* **Exercise**:
Output the entries below exactly, from the first line to the line holding "v 141.421 75 -141.421", both included.

====================

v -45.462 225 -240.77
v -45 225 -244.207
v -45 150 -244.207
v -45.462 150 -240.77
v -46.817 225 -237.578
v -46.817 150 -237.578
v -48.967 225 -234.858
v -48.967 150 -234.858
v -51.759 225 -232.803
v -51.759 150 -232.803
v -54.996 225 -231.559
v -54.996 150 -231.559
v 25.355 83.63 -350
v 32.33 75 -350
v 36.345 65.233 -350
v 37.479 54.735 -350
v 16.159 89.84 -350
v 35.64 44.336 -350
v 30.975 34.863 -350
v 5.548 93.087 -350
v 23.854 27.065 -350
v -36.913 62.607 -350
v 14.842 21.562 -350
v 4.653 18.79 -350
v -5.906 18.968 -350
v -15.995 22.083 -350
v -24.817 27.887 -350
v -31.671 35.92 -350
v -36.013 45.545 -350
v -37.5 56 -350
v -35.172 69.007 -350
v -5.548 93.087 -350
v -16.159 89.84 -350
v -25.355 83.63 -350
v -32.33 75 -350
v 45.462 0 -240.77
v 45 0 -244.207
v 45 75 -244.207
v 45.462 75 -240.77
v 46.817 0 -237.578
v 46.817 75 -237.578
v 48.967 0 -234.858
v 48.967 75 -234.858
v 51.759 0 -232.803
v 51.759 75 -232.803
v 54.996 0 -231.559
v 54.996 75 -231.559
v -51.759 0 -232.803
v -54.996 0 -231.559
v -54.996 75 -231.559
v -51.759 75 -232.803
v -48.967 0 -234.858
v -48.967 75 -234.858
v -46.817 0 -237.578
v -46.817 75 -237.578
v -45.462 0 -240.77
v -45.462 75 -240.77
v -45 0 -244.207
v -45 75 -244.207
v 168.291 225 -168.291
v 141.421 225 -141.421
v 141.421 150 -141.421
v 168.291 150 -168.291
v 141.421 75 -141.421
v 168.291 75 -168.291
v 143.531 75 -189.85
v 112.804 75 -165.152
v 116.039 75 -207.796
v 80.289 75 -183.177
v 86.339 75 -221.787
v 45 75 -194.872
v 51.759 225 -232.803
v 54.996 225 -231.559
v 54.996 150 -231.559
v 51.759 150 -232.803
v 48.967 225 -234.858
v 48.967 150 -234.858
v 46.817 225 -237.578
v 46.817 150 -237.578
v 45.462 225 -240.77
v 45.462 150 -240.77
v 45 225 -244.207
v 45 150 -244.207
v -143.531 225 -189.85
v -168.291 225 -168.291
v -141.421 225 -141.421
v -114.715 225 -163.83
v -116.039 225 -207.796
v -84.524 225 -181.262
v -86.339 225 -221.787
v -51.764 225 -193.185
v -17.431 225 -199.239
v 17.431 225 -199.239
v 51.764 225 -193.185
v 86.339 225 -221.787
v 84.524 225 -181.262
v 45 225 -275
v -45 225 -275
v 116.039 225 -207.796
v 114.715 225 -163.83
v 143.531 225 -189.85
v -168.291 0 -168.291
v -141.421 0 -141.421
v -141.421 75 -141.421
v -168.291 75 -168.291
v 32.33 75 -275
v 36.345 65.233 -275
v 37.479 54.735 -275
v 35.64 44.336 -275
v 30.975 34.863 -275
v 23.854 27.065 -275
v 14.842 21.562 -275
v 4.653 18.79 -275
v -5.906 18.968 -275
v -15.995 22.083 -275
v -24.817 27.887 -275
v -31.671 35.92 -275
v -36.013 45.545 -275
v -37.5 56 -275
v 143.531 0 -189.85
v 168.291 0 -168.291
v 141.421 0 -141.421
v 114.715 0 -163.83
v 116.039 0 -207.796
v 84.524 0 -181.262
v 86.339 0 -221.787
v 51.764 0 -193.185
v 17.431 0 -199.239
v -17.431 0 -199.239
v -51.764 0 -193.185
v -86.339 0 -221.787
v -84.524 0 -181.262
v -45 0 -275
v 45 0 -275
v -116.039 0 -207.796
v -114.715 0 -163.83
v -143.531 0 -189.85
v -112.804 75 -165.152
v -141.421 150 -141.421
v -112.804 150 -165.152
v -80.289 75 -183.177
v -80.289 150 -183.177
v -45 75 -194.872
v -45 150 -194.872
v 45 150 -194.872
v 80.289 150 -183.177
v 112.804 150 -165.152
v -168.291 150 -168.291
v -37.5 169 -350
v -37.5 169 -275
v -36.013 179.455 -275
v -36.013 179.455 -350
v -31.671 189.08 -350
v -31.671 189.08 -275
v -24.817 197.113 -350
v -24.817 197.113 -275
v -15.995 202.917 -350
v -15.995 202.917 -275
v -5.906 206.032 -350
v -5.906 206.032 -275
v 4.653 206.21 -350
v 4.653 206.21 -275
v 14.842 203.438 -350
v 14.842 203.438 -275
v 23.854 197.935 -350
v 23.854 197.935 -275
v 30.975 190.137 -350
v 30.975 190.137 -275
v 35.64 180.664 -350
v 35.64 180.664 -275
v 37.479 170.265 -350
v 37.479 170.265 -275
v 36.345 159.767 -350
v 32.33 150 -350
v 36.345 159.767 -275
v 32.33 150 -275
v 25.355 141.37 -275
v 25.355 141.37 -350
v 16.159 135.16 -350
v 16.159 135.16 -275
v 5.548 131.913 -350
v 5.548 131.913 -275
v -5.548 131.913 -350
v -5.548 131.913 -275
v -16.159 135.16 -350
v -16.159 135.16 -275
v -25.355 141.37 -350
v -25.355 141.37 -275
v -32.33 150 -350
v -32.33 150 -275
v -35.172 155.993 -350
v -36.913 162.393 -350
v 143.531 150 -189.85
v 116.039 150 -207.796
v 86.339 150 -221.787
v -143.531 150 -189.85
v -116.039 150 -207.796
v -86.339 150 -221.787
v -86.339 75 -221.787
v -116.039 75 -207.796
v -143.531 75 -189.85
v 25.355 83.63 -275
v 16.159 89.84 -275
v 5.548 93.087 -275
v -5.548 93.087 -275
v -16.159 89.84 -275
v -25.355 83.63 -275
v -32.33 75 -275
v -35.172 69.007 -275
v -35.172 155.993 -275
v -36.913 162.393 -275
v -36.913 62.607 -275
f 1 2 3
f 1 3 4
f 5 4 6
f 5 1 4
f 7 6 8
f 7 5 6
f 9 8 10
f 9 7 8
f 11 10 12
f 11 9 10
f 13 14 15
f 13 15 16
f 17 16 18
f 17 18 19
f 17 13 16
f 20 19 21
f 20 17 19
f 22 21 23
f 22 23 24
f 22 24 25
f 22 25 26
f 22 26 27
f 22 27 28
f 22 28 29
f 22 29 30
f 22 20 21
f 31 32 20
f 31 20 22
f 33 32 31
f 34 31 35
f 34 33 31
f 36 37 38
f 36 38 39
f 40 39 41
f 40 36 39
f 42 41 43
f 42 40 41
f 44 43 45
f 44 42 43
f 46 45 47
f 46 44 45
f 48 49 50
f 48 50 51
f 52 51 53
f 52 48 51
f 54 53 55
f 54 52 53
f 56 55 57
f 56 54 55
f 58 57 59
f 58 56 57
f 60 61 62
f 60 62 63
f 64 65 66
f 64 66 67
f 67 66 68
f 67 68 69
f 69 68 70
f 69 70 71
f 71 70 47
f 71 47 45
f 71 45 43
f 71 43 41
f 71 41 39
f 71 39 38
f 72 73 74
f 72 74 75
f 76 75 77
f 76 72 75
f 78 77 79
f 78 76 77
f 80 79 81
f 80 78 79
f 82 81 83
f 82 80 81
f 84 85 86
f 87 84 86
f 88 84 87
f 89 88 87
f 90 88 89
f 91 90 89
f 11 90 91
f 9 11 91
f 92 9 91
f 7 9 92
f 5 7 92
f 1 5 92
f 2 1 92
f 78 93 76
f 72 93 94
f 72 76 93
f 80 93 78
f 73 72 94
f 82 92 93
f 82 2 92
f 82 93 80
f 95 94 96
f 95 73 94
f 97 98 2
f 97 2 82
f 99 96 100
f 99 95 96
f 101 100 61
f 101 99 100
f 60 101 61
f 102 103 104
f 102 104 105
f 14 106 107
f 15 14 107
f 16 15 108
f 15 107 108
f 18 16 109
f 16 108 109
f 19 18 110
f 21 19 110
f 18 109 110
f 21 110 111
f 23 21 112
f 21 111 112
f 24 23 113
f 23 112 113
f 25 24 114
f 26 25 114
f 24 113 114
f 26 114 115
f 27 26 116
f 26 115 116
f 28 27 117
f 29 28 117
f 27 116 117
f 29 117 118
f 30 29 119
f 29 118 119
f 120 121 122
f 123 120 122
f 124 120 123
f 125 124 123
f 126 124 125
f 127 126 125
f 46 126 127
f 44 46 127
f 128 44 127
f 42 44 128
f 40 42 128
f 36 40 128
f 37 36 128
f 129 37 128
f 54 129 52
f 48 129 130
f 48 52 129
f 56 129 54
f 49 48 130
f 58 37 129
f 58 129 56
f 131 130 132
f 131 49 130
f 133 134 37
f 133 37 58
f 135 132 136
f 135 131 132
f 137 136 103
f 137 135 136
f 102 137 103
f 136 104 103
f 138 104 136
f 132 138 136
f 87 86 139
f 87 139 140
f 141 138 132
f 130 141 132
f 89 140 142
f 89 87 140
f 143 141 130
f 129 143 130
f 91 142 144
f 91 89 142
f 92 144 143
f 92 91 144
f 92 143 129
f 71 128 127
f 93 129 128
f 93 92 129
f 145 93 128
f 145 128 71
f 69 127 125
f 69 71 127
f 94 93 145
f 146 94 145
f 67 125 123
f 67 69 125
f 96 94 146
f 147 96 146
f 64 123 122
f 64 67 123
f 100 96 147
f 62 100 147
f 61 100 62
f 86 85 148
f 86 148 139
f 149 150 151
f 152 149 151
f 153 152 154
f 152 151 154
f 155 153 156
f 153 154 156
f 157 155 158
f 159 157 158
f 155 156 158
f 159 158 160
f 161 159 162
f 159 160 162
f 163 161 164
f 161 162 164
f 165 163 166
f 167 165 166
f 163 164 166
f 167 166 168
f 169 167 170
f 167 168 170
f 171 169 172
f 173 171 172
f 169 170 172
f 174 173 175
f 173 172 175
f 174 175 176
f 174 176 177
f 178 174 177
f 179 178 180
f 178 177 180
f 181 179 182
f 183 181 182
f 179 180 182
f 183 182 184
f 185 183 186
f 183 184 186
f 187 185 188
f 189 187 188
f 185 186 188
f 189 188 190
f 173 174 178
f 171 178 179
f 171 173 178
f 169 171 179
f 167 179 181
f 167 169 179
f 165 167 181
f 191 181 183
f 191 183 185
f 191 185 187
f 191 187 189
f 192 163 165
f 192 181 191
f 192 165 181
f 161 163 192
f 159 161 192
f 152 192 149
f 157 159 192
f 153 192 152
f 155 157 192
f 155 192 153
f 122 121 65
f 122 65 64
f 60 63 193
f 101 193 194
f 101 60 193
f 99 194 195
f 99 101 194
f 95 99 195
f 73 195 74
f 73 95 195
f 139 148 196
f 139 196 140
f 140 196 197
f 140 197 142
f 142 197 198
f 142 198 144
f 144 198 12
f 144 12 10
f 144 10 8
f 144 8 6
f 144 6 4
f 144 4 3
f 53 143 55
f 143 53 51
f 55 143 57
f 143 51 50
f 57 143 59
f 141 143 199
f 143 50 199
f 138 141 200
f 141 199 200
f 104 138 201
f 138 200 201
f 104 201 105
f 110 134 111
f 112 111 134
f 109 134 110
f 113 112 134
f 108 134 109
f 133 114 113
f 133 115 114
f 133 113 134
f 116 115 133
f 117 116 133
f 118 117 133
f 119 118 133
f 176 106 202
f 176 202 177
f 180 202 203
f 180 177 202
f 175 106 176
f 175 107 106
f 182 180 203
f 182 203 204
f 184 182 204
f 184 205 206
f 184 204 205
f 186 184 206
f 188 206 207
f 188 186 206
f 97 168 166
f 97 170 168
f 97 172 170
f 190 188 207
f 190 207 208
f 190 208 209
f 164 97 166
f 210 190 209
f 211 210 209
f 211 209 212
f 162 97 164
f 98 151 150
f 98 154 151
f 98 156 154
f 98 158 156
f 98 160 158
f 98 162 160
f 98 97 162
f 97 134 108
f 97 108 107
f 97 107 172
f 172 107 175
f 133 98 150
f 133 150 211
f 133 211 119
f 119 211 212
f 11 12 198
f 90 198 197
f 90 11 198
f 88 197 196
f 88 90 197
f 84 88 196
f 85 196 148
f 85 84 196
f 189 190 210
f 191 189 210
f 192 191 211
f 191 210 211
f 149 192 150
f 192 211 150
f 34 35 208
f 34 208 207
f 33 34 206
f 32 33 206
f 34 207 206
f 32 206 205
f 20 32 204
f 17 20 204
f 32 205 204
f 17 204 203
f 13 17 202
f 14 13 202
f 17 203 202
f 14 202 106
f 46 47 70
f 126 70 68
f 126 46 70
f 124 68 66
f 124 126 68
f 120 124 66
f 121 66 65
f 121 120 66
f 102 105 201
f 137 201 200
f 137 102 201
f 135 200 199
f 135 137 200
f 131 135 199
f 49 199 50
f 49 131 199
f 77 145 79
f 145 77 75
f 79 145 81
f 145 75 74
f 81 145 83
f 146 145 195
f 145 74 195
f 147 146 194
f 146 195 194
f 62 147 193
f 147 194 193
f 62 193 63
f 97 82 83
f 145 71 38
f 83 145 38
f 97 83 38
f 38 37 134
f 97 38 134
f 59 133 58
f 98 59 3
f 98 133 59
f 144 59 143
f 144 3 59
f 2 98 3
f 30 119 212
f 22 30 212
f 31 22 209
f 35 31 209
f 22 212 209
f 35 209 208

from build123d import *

# Parameters (mm, degrees)
BOSS_EXTRUDE1_DEPTH      = 75
BOSS_EXTRUDE2_START      = 225
BOSS_EXTRUDE2_DEPTH      = 75
BOSS_EXTRUDE4_REACH      = 313.111
BOSS_EXTRUDE4_END_RADIUS = 200
SKETCH4_W                = 90
SKETCH4_H                = 75
SKETCH4_6_R              = 37.5
BOSS_EXTRUDE5_DEPTH      = 75


with BuildPart() as part:
    # Sketch2 → Boss-Extrude1 (new body)
    with BuildSketch(Plane(origin=(0, 0, 0), x_dir=(1, 0, 0), z_dir=(0, 1, 0))):
        with BuildLine():
            ThreePointArc((-141.421356237, 141.421356237), (0, 200), (141.421356237, 141.421356237))
            Line((141.421356237, 141.421356237), (168.291413922, 168.291413922))
            ThreePointArc((168.291413922, 168.291413922), (116.038816401, 207.795555988), (54.996015936, 231.558714436))
            ThreePointArc((54.996015936, 231.558714436), (47.800691376, 236.146227949), (45, 244.20687951))
            Line((45, 244.20687951), (45, 275))
            Line((45, 275), (37.5, 275))
            Line((37.5, 275), (-37.5, 275))
            Line((-37.5, 275), (-45, 275))
            Line((-45, 275), (-45, 244.20687951))
            ThreePointArc((-45, 244.20687951), (-47.800691376, 236.146227949), (-54.996015936, 231.558714436))
            ThreePointArc((-54.996015936, 231.558714436), (-116.038816401, 207.795555988), (-168.291413922, 168.291413922))
            Line((-168.291413922, 168.291413922), (-141.421356237, 141.421356237))
        make_face()
    extrude(amount=BOSS_EXTRUDE1_DEPTH)



with BuildPart() as body_2:
    # Sketch2<3> → Boss-Extrude2 (new body)
    with BuildSketch(Plane(origin=(0, 0, 0), x_dir=(1, 0, 0), z_dir=(0, 1, 0)).offset(BOSS_EXTRUDE2_START)):
        with BuildLine():
            Line((141.421356237, 141.421356237), (168.291413922, 168.291413922))
            ThreePointArc((168.291413922, 168.291413922), (116.038816401, 207.795555988), (54.996015936, 231.558714436))
            ThreePointArc((54.996015936, 231.558714436), (47.800691376, 236.146227949), (45, 244.20687951))
            Line((45, 244.20687951), (45, 275))
            Line((45, 275), (-45, 275))
            Line((-45, 275), (-45, 244.20687951))
            ThreePointArc((-45, 244.20687951), (-47.800691376, 236.146227949), (-54.996015936, 231.558714436))
            ThreePointArc((-54.996015936, 231.558714436), (-116.038816401, 207.795555988), (-168.291413922, 168.291413922))
            Line((-168.291413922, 168.291413922), (-141.421356237, 141.421356237))
            ThreePointArc((-141.421356237, 141.421356237), (0, 200), (141.421356237, 141.421356237))
        make_face()
    extrude(amount=-BOSS_EXTRUDE2_DEPTH)


with BuildPart() as part_1:
    add(part.part)

    add(body_2.part)  # Boss-Extrude4 merges body 2
    # Boss-Extrude4: up to this cylinder (the profile starts outside it)
    boss_extrude4_end = Plane(origin=(0, 112.5, 0), z_dir=(0, 1, 0)) * Cylinder(BOSS_EXTRUDE4_END_RADIUS, 1027.222, mode=Mode.PRIVATE)
    # Sketch4 → Boss-Extrude4 (add, up to the surface)
    with BuildSketch(Plane(origin=(0, 0, -275), x_dir=(-1, 0, 0), z_dir=(0, 0, -1)), mode=Mode.PRIVATE) as boss_extrude4_sk1:
        with Locations((0, 112.5)):
            Rectangle(SKETCH4_W, SKETCH4_H)
    boss_extrude4_tool1 = extrude(boss_extrude4_sk1.sketch, amount=-BOSS_EXTRUDE4_REACH, mode=Mode.PRIVATE) - boss_extrude4_end
    add(boss_extrude4_tool1.solids().sort_by_distance((0, 112.5, -275))[0])

    # Sketch4<6> → Boss-Extrude5 (add)
    with BuildSketch(Plane(origin=(0, 0, -275), x_dir=(-1, 0, 0), z_dir=(0, 0, -1))):
        with Locations((0, 169)):
            Circle(SKETCH4_6_R)
        with Locations((0, 56)):
            Circle(SKETCH4_6_R)
    extrude(amount=BOSS_EXTRUDE5_DEPTH)


solid = part_1.part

====================

* **The completed task**:
v -45.462 225 -240.77
v -45 225 -244.207
v -45 150 -244.207
v -45.462 150 -240.77
v -46.817 225 -237.578
v -46.817 150 -237.578
v -48.967 225 -234.858
v -48.967 150 -234.858
v -51.759 225 -232.803
v -51.759 150 -232.803
v -54.996 225 -231.559
v -54.996 150 -231.559
v 25.355 83.63 -350
v 32.33 75 -350
v 36.345 65.233 -350
v 37.479 54.735 -350
v 16.159 89.84 -350
v 35.64 44.336 -350
v 30.975 34.863 -350
v 5.548 93.087 -350
v 23.854 27.065 -350
v -36.913 62.607 -350
v 14.842 21.562 -350
v 4.653 18.79 -350
v -5.906 18.968 -350
v -15.995 22.083 -350
v -24.817 27.887 -350
v -31.671 35.92 -350
v -36.013 45.545 -350
v -37.5 56 -350
v -35.172 69.007 -350
v -5.548 93.087 -350
v -16.159 89.84 -350
v -25.355 83.63 -350
v -32.33 75 -350
v 45.462 0 -240.77
v 45 0 -244.207
v 45 75 -244.207
v 45.462 75 -240.77
v 46.817 0 -237.578
v 46.817 75 -237.578
v 48.967 0 -234.858
v 48.967 75 -234.858
v 51.759 0 -232.803
v 51.759 75 -232.803
v 54.996 0 -231.559
v 54.996 75 -231.559
v -51.759 0 -232.803
v -54.996 0 -231.559
v -54.996 75 -231.559
v -51.759 75 -232.803
v -48.967 0 -234.858
v -48.967 75 -234.858
v -46.817 0 -237.578
v -46.817 75 -237.578
v -45.462 0 -240.77
v -45.462 75 -240.77
v -45 0 -244.207
v -45 75 -244.207
v 168.291 225 -168.291
v 141.421 225 -141.421
v 141.421 150 -141.421
v 168.291 150 -168.291
v 141.421 75 -141.421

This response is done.